# Suggestions for places to live near Valencia



## Überling (Mar 18, 2021)

My fiancé and I are planning to retire to Spain, and we will be visiting hopefully within a few months to help narrow down the general area. We would appreciate any suggestions you may have for places to consider. Here are our main preferences:

Somewhere along the eastern Mediterranean coast (ideally near or even in Valencia, although we prefer to avoid large crowds and noise. We like the idea of living in or near a quaint village with easy access to restaurants, food shopping and travel to a large city)
Quality construction homes in the €500,000 to €850,000 range
Great views (ideally a high ocean view)
Fast, reliable Internet access
Reliable utilities
A few other questions:

Are there any difficulties or unexpected expenses involved in getting solar power?
I understand the water can be hard, so is it difficult to get a water softening system installed?
Are there any household items or appliances that we should consider shipping over from the US versus buying new ones in Spain?
Are there any hurdles to be aware of in getting a Spanish drivers license (I do speak Spanish)?
Any answers and insight would be appreciated.

Thanks!


----------



## xabiaxica (Jun 23, 2009)

Don't come to Jávea / Xàbia... it's awful  






Portada - Portal Turístico de Xàbia - Ayuntamiento de Xàbia


Disfruta de la cultura mediterránea en este enclave privilegiado, a orillas del mar, rodeado de sus playas, gente, cultura, fiestas y gastronomía.



www.xabia.org


----------



## xicoalc (Apr 20, 2010)

Überling said:


> A few other questions:
> 
> Are there any difficulties or unexpected expenses involved in getting solar power?
> I understand the water can be hard, so is it difficult to get a water softening system installed?
> ...



There are pushing for solar at the moment with subsidies in some areas covering a pretty big chunk of the cost. Solar does however have to be approved through the planning department and so a lot depends on the type of property and indeed the land it is on. It´s hard to be more specific until you are actually looking at a specific property. The main electricity companies (Iberdrola for example) offer solar installations and indeed many other independent companies too. It´s certainly something I am thinking of investing in either on the roof or at the end field of my land at ground level but to date I have not looked into it more than prices so I can´t tell you much about the process but I am sure someone here has it.
Many homes have water treatment systems, either at mains level to treat the entire house, or at tap level, for example installed under the kitchen sink to improve the quality of drinking water.

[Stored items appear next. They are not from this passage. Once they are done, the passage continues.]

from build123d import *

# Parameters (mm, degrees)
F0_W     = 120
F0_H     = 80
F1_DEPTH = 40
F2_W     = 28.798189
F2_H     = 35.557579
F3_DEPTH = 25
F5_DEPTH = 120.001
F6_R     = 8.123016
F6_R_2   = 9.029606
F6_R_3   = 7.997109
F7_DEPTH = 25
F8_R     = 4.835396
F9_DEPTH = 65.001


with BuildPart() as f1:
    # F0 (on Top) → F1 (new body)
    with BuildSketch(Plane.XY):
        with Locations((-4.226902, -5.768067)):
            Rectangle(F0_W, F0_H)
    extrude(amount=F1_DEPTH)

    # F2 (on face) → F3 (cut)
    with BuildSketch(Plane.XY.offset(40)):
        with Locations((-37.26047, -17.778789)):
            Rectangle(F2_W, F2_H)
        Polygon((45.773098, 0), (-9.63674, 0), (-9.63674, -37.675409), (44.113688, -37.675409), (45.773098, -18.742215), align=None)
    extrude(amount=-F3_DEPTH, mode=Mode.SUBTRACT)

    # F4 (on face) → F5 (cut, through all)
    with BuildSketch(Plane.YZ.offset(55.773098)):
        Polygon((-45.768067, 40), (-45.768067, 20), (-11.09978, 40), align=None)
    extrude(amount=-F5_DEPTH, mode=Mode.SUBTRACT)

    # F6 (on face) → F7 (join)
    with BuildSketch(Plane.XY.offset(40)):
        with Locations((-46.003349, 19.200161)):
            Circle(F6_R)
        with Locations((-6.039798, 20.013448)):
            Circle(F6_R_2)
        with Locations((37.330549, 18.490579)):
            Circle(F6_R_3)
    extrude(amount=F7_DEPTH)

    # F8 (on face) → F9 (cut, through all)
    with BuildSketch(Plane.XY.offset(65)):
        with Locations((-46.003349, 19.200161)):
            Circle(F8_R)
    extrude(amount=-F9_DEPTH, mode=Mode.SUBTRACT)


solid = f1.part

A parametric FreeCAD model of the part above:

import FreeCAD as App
import Part
import Sketcher
from FreeCAD import Vector


def add_polygon(sketch, points):
    """Adds a closed chain of lines whose ends are joined by coincident constraints."""
    first, n = sketch.GeometryCount, len(points)
    for a, b in zip(points, points[1:] + points[:1]):
        sketch.addGeometry(Part.LineSegment(App.Vector(*a, 0), App.Vector(*b, 0)), False)
    for i in range(n):
        sketch.addConstraint(Sketcher.Constraint("Coincident", first + i, 2, first + (i + 1) % n, 1))

doc = App.newDocument("Part")
body = doc.addObject("PartDesign::Body", "Body")

# Sketch on XY plane
sketch1 = body.newObject("Sketcher::SketchObject", "Sketch")
sketch1.AttachmentSupport = (doc.getObject("XY_Plane"), [""])
sketch1.MapMode = "FlatFace"
add_polygon(sketch1, [(-64, 34), (-64, -46), (56, -46), (56, 34)])  # lines 0-3
sketch1.addConstraint(Sketcher.Constraint("Vertical", 0))
sketch1.addConstraint(Sketcher.Constraint("Horizontal", 1))
sketch1.addConstraint(Sketcher.Constraint("Vertical", 2))
sketch1.addConstraint(Sketcher.Constraint("Horizontal", 3))
sketch1.addConstraint(Sketcher.Constraint("DistanceX", 1, 1, 1, 2, 120.0))
sketch1.addConstraint(Sketcher.Constraint("DistanceY", 0, 2, 0, 1, 80.0))
sketch1.addConstraint(Sketcher.Constraint("DistanceX", 0, 2, -1, 1, 64.226902))
sketch1.addConstraint(Sketcher.Constraint("DistanceY", 0, 2, -1, 1, 45.768067))
pad1 = body.newObject("PartDesign::Pad", "Pad")
pad1.Profile = sketch1
pad1.Length = 40

# Sketch on XY plane
sketch2 = body.newObject("Sketcher::SketchObject", "Sketch001")
sketch2.AttachmentSupport = (doc.getObject("XY_Plane"), [""])
sketch2.MapMode = "FlatFace"
sketch2.AttachmentOffset = App.Placement(Vector(0, 0, 40), App.Rotation())
add_polygon(sketch2, [(-52, 0), (-52, -36), (-23, -36), (-23, 0)])  # lines 0-3
add_polygon(sketch2, [(46, 0), (-10, 0), (-10, -38), (44, -38), (46, -19)])  # lines 4-8
sketch2.addConstraint(Sketcher.Constraint("Vertical", 0))
sketch2.addConstraint(Sketcher.Constraint("Horizontal", 1))
sketch2.addConstraint(Sketcher.Constraint("Vertical", 2))
sketch2.addConstraint(Sketcher.Constraint("Horizontal", 3))
sketch2.addConstraint(Sketcher.Constraint("Horizontal", 4))
sketch2.addConstraint(Sketcher.Constraint("Vertical", 5))
sketch2.addConstraint(Sketcher.Constraint("Horizontal", 6))
sketch2.addConstraint(Sketcher.Constraint("Vertical", 8))
sketch2.addConstraint(Sketcher.Constraint("PointOnObject", 2, 2, -1))
sketch2.addConstraint(Sketcher.Constraint("PointOnObject", 4, 2, -1))
sketch2.addConstraint(Sketcher.Constraint("DistanceX", 1, 1, 1, 2, 28.798189))
sketch2.addConstraint(Sketcher.Constraint("DistanceY", 0, 2, 0, 1, 35.557579))
sketch2.addConstraint(Sketcher.Constraint("DistanceY", 5, 2, 5, 1, 37.675409))
sketch2.addConstraint(Sketcher.Constraint("DistanceX", 4, 2, 4, 1, 55.409838))
sketch2.addConstraint(Sketcher.Constraint("DistanceX", 6, 1, 6, 2, 53.750428))
sketch2.addConstraint(Sketcher.Constraint("DistanceY", 8, 1, 8, 2, 18.742215))
sketch2.addConstraint(Sketcher.Constraint("DistanceX", 4, 2, -1, 1, 9.63674))
sketch2.addConstraint(Sketcher.Constraint("DistanceX", 0, 2, -1, 1, 51.659565))
pocket1 = body.newObject("PartDesign::Pocket", "Pocket")
pocket1.Profile = sketch2
pocket1.Length = 25

# Sketch on YZ plane
sketch3 = body.newObject("Sketcher::SketchObject", "Sketch002")
sketch3.AttachmentSupport = (doc.getObject("YZ_Plane"), [""])
sketch3.MapMode = "FlatFace"
sketch3.AttachmentOffset = App.Placement(Vector(0, 0, 55.773098), App.Rotation())
add_polygon(sketch3, [(-46, 40), (-46, 20), (-11, 40)])  # lines 0-2
sketch3.addConstraint(Sketcher.Constraint("Vertical", 0))
sketch3.addConstraint(Sketcher.Constraint("Horizontal", 2))
sketch3.addConstraint(Sketcher.Constraint("DistanceY", 0, 2, 0, 1, 20.0))
sketch3.addConstraint(Sketcher.Constraint("DistanceY", -1, 1, 0, 2, 20.0))
sketch3.addConstraint(Sketcher.Constraint("Distance", 1, 40.02362))
sketch3.addConstraint(Sketcher.Constraint("DistanceX", 1, 2, -1, 1, 11.09978))
pocket2 = body.newObject("PartDesign::Pocket", "Pocket001")
pocket2.Profile = sketch3
pocket2.Type = "ThroughAll"

# Sketch on XY plane
sketch4 = body.newObject("Sketcher::SketchObject", "Sketch003")
sketch4.AttachmentSupport = (doc.getObject("XY_Plane"), [""])
sketch4.MapMode = "FlatFace"
sketch4.AttachmentOffset = App.Placement(Vector(0, 0, 40), App.Rotation())
sketch4.addGeometry(Part.Circle(Vector(-46, 19, 0), Vector(0, 0, 1), 8), False)
sketch4.addGeometry(Part.Circle(Vector(-6, 20, 0), Vector(0, 0, 1), 9), False)
sketch4.addGeometry(Part.Circle(Vector(37, 18, 0), Vector(0, 0, 1), 8), False)
sketch4.addConstraint(Sketcher.Constraint("Diameter", 0, 16.246032))
sketch4.addConstraint(Sketcher.Constraint("Diameter", 1, 18.059212))
sketch4.addConstraint(Sketcher.Constraint("Diameter", 2, 15.994218))
sketch4.addConstraint(Sketcher.Constraint("DistanceX", 1, 3, -1, 1, 6.039798))
sketch4.addConstraint(Sketcher.Constraint("DistanceX", 0, 3, 2, 3, 83.333898))
sketch4.addConstraint(Sketcher.Constraint("DistanceX", 0, 3, -1, 1, 46.003349))
sketch4.addConstraint(Sketcher.Constraint("DistanceY", -1, 1, 0, 3, 19.200161))
sketch4.addConstraint(Sketcher.Constraint("DistanceY", -1, 1, 1, 3, 20.013448))
sketch4.addConstraint(Sketcher.Constraint("DistanceY", -1, 1, 2, 3, 18.490579))
pad2 = body.newObject("PartDesign::Pad", "Pad001")
pad2.Profile = sketch4
pad2.Length = 25

# Sketch on XY plane
sketch5 = body.newObject("Sketcher::SketchObject", "Sketch004")
sketch5.AttachmentSupport = (doc.getObject("XY_Plane"), [""])
sketch5.MapMode = "FlatFace"
sketch5.AttachmentOffset = App.Placement(Vector(0, 0, 65), App.Rotation())
sketch5.addGeometry(Part.Circle(Vector(-46, 19.2, 0), Vector(0, 0, 1), 4.8), False)
sketch5.addConstraint(Sketcher.Constraint("Diameter", 0, 9.670792))
sketch5.addConstraint(Sketcher.Constraint("DistanceX", 0, 3, -1, 1, 46.003349))
sketch5.addConstraint(Sketcher.Constraint("DistanceY", -1, 1, 0, 3, 19.200161))
pocket3 = body.newObject("PartDesign::Pocket", "Pocket002")
pocket3.Profile = sketch5
pocket3.Type = "ThroughAll"

doc.recompute()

Readily available in both DIY stores and many companies offer this type of installation.
Not got much to say about USA appliances. Shipping costs are the thing to take into account there. To move a heavy washing machine, for example, may just be more sensible to buy a new on with a full guarantee and readily available parts in the EU.
Driving license had no real hurdles once you are resident. You apply for and sit a written test and a practical one. You have to undergo a medical to apply and renew your license although as most will tell you, its a very basic exam (eye sight, hearing, blood pressure etc, followed by a little computer game to prove that you can steer a ball round a bendy road (which hardly anyone can) and more or less guess when a ball will appear from the end of a tunnel! All pretty easy.


----------



## Überling (Mar 18, 2021)

xabiaxica said:


> Don't come to Jávea / Xàbia... it's awful
> 
> 
> 
> ...


Hah! Sounds like it. ;-)


----------



## Überling (Mar 18, 2021)

xicoalc said:


> There are pushing for solar at the moment with subsidies in some areas covering a pretty big chunk of the cost. Solar does however have to be approved through the planning department and so a lot depends on the type of property and indeed the land it is on. It´s hard to be more specific until you are actually looking at a specific property. The main electricity companies (Iberdrola for example) offer solar installations and indeed many other independent companies too. It´s certainly something I am thinking of investing in either on the roof or at the end field of my land at ground level but to date I have not looked into it more than prices so I can´t tell you much about the process but I am sure someone here has it.
> Many homes have water treatment systems, either at mains level to treat the entire house, or at tap level, for example installed under the kitchen sink to improve the quality of drinking water. Readily available in both DIY stores and many companies offer this type of installation.
> Not got much to say about USA appliances. Shipping costs are the thing to take into account there. To move a heavy washing machine, for example, may just be more sensible to buy a new on with a full guarantee and readily available parts in the EU.
> Driving license had no real hurdles once you are resident. You apply for and sit a written test and a practical one. You have to undergo a medical to apply and renew your license although as most will tell you, its a very basic exam (eye sight, hearing, blood pressure etc, followed by a little computer game to prove that you can steer a ball round a bendy road (which hardly anyone can) and more or less guess when a ball will appear from the end of a tunnel! All pretty easy.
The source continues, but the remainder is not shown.